Astronomers have identified 77 previously unknown dust-buried quasars, more than doubling the total number of these hidden objects ever confirmed. The findings, uploaded to the preprint server arXiv on May 7, represent what researchers describe as the strongest observational support yet for a key theory of how galaxies grow and change over billions of years.
According to a report by Phys.org, the discovery was led by Matthew Stepney of the Center of Excellence in Astrophysics and Related Technologies in Chile. His team used infrared data and spectrophotometry collected by NASA's SPHEREx telescope to locate the objects, which are known as heavily reddened quasars, or HRQs.
At the center of most large galaxies sits a supermassive black hole. When these black holes are actively consuming surrounding material, they become extraordinarily luminous objects called quasars. But some quasars are wrapped in thick clouds of dust, which scatter and absorb their light, making them appear faint and extremely difficult to detect with conventional optical telescopes. Standard sky surveys that observe at optical wavelengths miss these heavily dust-obscured quasars almost entirely.
Before this study, only around 50 heavily reddened quasars had ever been confirmed. Finding them required a slow, labor-intensive process of hunting them down individually using single-target infrared telescopes. With samples that small, scientists could not answer key questions about this phase of galactic development with any real confidence.
The new sample changes that.

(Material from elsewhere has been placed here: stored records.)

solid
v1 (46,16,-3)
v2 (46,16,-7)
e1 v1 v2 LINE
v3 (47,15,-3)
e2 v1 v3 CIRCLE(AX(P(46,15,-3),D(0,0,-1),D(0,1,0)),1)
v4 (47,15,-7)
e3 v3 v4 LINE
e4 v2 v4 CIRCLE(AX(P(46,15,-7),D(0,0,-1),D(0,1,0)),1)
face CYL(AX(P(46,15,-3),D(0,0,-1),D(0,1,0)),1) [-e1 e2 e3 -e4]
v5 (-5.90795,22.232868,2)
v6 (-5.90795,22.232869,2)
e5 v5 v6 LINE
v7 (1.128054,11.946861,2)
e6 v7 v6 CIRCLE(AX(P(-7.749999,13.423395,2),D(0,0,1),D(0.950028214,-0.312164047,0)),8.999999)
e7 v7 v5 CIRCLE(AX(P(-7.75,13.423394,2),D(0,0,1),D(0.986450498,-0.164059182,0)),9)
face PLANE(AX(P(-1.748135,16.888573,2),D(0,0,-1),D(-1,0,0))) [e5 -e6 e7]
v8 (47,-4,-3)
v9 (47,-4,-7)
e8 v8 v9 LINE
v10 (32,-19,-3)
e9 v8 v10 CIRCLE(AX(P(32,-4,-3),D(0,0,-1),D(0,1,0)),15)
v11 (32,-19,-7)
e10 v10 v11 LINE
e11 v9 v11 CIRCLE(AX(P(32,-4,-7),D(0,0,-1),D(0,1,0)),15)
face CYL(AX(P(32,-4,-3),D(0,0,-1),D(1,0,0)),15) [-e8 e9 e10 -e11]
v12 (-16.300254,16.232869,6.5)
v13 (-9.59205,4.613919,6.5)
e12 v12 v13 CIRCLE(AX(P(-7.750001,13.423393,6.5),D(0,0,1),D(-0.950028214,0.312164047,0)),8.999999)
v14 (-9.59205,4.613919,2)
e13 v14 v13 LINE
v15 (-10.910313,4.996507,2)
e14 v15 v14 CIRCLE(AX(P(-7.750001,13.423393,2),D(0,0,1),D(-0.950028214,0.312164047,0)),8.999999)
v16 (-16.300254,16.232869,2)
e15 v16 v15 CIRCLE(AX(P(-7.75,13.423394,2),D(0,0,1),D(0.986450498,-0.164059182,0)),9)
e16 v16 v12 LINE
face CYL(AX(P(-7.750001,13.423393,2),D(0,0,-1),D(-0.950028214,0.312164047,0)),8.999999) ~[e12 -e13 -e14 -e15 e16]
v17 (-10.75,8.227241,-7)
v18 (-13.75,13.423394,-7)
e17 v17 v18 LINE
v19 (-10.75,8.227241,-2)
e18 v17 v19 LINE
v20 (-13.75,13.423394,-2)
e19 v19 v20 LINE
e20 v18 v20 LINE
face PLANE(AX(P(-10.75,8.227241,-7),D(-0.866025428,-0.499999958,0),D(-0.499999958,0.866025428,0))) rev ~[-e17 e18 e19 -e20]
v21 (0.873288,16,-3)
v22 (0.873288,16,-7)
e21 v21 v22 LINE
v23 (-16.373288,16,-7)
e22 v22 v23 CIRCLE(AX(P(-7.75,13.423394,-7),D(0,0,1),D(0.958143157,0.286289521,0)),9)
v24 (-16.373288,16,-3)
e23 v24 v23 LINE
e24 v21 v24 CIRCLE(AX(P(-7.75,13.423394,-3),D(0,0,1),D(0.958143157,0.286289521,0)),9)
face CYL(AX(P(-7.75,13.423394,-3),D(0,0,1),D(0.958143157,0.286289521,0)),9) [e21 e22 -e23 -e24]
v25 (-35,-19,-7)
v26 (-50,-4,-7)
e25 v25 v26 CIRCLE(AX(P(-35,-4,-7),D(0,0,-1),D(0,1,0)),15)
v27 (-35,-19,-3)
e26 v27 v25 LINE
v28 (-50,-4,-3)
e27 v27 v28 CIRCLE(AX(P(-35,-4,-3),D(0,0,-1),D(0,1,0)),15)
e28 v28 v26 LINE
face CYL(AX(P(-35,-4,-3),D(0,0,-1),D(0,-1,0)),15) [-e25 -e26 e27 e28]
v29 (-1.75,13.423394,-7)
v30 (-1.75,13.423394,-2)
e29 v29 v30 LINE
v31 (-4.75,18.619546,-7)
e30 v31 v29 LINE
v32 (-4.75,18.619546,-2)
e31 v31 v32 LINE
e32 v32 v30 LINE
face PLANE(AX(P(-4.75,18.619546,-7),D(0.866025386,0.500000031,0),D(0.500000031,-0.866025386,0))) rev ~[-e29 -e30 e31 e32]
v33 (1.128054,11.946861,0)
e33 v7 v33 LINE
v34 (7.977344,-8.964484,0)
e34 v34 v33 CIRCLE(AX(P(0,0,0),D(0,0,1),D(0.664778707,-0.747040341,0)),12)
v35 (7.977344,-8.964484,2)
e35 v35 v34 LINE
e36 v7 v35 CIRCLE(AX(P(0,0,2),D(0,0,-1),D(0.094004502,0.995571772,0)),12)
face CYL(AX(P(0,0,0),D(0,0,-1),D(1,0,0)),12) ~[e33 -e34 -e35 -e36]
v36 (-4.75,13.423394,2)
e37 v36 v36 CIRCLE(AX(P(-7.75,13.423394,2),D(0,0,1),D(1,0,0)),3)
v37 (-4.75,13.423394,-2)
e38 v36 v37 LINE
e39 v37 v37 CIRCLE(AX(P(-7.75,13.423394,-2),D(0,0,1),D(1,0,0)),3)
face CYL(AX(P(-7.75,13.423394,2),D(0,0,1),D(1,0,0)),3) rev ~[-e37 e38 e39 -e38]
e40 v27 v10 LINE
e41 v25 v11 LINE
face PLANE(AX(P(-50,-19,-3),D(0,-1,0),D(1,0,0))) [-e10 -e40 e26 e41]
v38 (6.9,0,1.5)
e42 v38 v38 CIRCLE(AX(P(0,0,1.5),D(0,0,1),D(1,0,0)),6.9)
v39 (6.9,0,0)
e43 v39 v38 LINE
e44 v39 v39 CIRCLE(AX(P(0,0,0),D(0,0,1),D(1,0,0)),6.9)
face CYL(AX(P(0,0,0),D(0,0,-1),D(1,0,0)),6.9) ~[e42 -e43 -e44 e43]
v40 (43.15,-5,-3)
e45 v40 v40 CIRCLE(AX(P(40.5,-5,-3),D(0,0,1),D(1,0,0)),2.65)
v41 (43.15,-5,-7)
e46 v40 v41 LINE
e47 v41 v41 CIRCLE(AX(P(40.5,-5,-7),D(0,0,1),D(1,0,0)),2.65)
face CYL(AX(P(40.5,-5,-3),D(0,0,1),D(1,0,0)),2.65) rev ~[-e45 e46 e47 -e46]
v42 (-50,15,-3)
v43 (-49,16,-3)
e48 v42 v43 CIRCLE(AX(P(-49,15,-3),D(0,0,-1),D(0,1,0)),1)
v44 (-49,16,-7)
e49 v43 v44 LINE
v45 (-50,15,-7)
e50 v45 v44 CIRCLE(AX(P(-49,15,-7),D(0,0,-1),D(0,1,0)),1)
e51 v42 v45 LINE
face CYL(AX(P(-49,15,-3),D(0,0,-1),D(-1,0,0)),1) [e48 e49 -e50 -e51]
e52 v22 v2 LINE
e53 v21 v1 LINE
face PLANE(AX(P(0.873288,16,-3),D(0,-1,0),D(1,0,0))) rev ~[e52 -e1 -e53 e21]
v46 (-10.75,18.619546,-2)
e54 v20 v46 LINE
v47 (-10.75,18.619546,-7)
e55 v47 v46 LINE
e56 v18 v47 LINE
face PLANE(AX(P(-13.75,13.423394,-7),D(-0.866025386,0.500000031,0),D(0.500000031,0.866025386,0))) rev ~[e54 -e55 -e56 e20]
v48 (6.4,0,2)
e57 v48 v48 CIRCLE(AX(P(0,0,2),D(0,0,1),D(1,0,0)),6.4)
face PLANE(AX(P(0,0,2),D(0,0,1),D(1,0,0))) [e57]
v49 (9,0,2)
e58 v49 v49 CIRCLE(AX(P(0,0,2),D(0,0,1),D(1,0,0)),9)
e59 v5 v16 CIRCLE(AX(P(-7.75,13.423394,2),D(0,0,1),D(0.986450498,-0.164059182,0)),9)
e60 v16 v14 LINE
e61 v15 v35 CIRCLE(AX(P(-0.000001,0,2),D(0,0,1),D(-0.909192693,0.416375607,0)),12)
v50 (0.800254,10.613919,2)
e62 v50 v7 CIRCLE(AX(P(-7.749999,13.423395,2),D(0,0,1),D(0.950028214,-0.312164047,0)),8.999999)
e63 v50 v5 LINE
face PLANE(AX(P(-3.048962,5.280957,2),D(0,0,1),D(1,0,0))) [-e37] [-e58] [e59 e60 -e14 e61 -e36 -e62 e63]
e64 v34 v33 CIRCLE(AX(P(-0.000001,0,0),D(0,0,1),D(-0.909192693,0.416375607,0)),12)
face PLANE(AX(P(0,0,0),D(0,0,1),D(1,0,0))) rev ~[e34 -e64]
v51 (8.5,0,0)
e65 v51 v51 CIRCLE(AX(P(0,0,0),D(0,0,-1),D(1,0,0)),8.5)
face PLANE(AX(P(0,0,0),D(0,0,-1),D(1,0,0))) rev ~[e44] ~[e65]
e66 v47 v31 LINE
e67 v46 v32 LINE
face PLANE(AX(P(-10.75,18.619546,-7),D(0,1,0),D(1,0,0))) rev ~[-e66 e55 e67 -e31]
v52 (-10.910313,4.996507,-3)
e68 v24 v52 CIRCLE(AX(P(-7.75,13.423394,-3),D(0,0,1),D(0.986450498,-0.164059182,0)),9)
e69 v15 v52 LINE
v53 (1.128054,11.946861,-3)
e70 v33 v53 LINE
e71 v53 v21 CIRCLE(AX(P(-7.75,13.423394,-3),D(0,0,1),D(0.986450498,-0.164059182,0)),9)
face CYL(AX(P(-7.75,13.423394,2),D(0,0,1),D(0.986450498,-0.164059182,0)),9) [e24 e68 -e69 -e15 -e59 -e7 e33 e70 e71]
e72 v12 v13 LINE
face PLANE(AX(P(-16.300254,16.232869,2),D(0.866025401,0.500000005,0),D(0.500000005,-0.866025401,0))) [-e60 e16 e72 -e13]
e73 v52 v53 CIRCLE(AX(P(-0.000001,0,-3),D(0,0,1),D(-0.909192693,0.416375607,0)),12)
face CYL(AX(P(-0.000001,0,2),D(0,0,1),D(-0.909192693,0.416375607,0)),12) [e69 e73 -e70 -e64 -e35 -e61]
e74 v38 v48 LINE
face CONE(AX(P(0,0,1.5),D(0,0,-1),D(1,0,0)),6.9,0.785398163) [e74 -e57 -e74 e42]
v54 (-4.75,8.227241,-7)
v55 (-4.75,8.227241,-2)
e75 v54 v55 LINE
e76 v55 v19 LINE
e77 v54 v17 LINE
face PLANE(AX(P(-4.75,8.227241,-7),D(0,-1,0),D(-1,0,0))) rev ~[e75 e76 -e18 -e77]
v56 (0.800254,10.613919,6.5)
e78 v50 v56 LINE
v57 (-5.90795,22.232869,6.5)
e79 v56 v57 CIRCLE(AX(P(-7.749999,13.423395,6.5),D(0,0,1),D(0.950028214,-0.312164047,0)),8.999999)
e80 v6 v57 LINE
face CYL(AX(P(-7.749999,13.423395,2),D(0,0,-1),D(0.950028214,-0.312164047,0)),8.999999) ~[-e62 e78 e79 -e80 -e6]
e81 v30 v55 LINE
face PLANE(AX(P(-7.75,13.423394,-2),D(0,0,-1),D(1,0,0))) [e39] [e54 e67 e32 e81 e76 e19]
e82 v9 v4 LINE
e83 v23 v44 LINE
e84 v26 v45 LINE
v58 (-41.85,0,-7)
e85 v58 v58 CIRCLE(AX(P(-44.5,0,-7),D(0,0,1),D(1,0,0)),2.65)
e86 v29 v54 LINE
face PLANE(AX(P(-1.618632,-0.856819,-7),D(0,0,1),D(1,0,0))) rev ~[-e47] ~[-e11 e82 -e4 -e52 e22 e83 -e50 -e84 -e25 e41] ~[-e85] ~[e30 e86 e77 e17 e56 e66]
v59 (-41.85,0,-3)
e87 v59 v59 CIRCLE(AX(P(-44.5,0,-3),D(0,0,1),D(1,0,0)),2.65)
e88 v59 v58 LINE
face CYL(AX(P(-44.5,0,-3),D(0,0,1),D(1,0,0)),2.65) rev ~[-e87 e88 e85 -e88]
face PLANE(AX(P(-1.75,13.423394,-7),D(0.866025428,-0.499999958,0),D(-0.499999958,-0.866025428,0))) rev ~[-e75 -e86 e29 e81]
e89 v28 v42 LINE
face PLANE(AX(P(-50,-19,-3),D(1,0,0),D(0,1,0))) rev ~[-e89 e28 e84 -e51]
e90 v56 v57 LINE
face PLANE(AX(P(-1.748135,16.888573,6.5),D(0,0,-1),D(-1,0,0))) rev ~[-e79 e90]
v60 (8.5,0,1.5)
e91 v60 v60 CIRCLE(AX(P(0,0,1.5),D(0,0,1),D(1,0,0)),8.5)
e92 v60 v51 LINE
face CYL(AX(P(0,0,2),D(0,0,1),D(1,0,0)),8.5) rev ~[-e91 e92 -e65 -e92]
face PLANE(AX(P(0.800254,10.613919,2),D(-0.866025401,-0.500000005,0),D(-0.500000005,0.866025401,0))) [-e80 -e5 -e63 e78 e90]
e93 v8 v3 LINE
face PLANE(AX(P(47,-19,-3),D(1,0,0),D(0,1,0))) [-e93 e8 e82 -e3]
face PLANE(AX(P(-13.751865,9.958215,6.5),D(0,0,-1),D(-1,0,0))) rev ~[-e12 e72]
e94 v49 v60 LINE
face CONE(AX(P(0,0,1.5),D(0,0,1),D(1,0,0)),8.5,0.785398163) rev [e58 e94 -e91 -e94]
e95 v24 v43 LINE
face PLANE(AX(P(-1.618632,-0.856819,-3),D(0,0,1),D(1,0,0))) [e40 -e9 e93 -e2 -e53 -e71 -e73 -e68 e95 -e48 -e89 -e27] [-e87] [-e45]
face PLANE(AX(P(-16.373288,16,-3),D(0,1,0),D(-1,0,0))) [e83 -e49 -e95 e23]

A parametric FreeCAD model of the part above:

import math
import FreeCAD as App
import Part
import Sketcher
Q = App.Units.Quantity


def edges_at(feature, points):
    """Names of the edges that pass closest to the given points."""
    edges = feature.Shape.Edges
    near = lambda p: min(range(len(edges)), key=lambda i: edges[i].distToShape(Part.Vertex(*p))[0])
    return sorted({f"Edge{near(p) + 1}" for p in points})


def add_polygon(sketch, points):
    """Adds a closed chain of lines whose ends are joined by coincident constraints."""
    first, n = sketch.GeometryCount, len(points)
    for a, b in zip(points, points[1:] + points[:1]):
        sketch.addGeometry(Part.LineSegment(App.Vector(*a, 0), App.Vector(*b, 0)), False)
    for i in range(n):
        sketch.addConstraint(Sketcher.Constraint("Coincident", first + i, 2, first + (i + 1) % n, 1))

doc = App.newDocument("Part")
body = doc.addObject("PartDesign::Body", "Body")

# Sketch on XY plane
sketch1 = body.newObject("Sketcher::SketchObject", "Sketch")
sketch1.AttachmentSupport = (doc.getObject("XY_Plane"), [""])
sketch1.MapMode = "FlatFace"
sketch1.addGeometry([
    Part.Circle(App.Vector(0, 0, 0), App.Vector(0, 0, 1), 12),
    Part.Circle(App.Vector(0, 0, 0), App.Vector(0, 0, 1), 8),
], False)
sketch1.addConstraint([
    Sketcher.Constraint("Coincident", 0, 3, -1, 1),
    Sketcher.Constraint("Coincident", 1, 3, -1, 1),
    Sketcher.Constraint("Diameter", 0, 24.0),
    Sketcher.Constraint("Diameter", 1, 17.0),
])
pad1 = body.newObject("PartDesign::Pad", "Pad")
pad1.Profile = sketch1
pad1.Length = 2

# Sketch on XY plane
sketch2 = body.newObject("Sketcher::SketchObject", "Sketch001")
sketch2.AttachmentSupport = (doc.getObject("XY_Plane"), [""])
sketch2.MapMode = "FlatFace"
sketch2.AttachmentOffset = App.Placement(App.Vector(0, 0, 2), App.Rotation())
sketch2.addGeometry([
    Part.ArcOfCircle(Part.Circle(App.Vector(-7.8, 13.4, 0), App.Vector(0, 0, 1), 9), math.radians(-9), math.radians(249)),
    Part.ArcOfCircle(Part.Circle(App.Vector(0, 0, 0), App.Vector(0, 0, 1), 12), math.radians(155), math.radians(445)),
    Part.Circle(App.Vector(0, 0, 0), App.Vector(0, 0, 1), 8.5),
    Part.Circle(App.Vector(-7.8, 13.4, 0), App.Vector(0, 0, 1), 3),
], False)
sketch2.addConstraint([
    Sketcher.Constraint("Coincident", 0, 1, 1, 2),
    Sketcher.Constraint("Coincident", 1, 1, 0, 2),
    Sketcher.Constraint("Coincident", 1, 3, -1, 1),
    Sketcher.Constraint("Coincident", 2, 3, -1, 1),
    Sketcher.Constraint("Coincident", 3, 3, 0, 3),
    Sketcher.Constraint("Diameter", 2, 17.0),
    Sketcher.Constraint("Diameter", 3, 6.0),
    Sketcher.Constraint("Radius", 0, 9.0),
    Sketcher.Constraint("Radius", 1, 12.0),
    Sketcher.Constraint("DistanceX", 0, 3, -1, 1, 7.75),
    Sketcher.Constraint("DistanceY", -1, 1, 0, 3, 13.423394),
])
pad2 = body.newObject("PartDesign::Pad", "Pad001")
pad2.Profile = sketch2
pad2.Length = 5
pad2.Reversed = True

The 77 newly found quasars were active when the universe was between 1.6 billion and 4.3 billion years old. Among them are the first seven heavily reddened quasars ever identified at redshifts above 3, meaning they existed within the first 2.1 billion years after the Big Bang.
The leading theory of galaxy evolution holds that supermassive black holes go through a brief but violent dust-obscured growth phase triggered by galaxy mergers. When two galaxies collide, gas floods inward, simultaneously sparking intense star formation and feeding the central black hole. The dust surrounding this process makes radiation-driven winds even more powerful, turning these objects into engines of extreme feedback before the dust is eventually cleared away.
To put the new findings in context, Stepney's team compared the heavily reddened quasars against two other known populations. Hot Dust-Obscured Galaxies, known as Hot DOGs, are among the most deeply buried objects known, with their emission dominated by hot and warm dust. Blue quasars sit at the opposite extreme, representing fully unobscured objects whose dust has already been cleared, though they still host a dusty torus around the black hole that glows in infrared. Heavily reddened quasars occupy the middle ground in terms of how buried they are.
One unexpected finding emerged from that comparison. Despite sitting between the two extremes in terms of obscuration, the heavily reddened quasars were found to be deficient in hot dust compared to even the unobscured blue quasars. That result adds new detail to the picture of how these transitional objects behave and what physical conditions define this brief phase in a galaxy's life.
The research supports the idea that heavily reddened quasars represent a fleeting moment in cosmic history, a stage when a galaxy's central black hole is growing rapidly behind a veil of dust before powerful winds eventually blow that material outward, revealing the quasar in full. With a sample now large enough to study statistically, researchers will be better positioned to test that model in detail.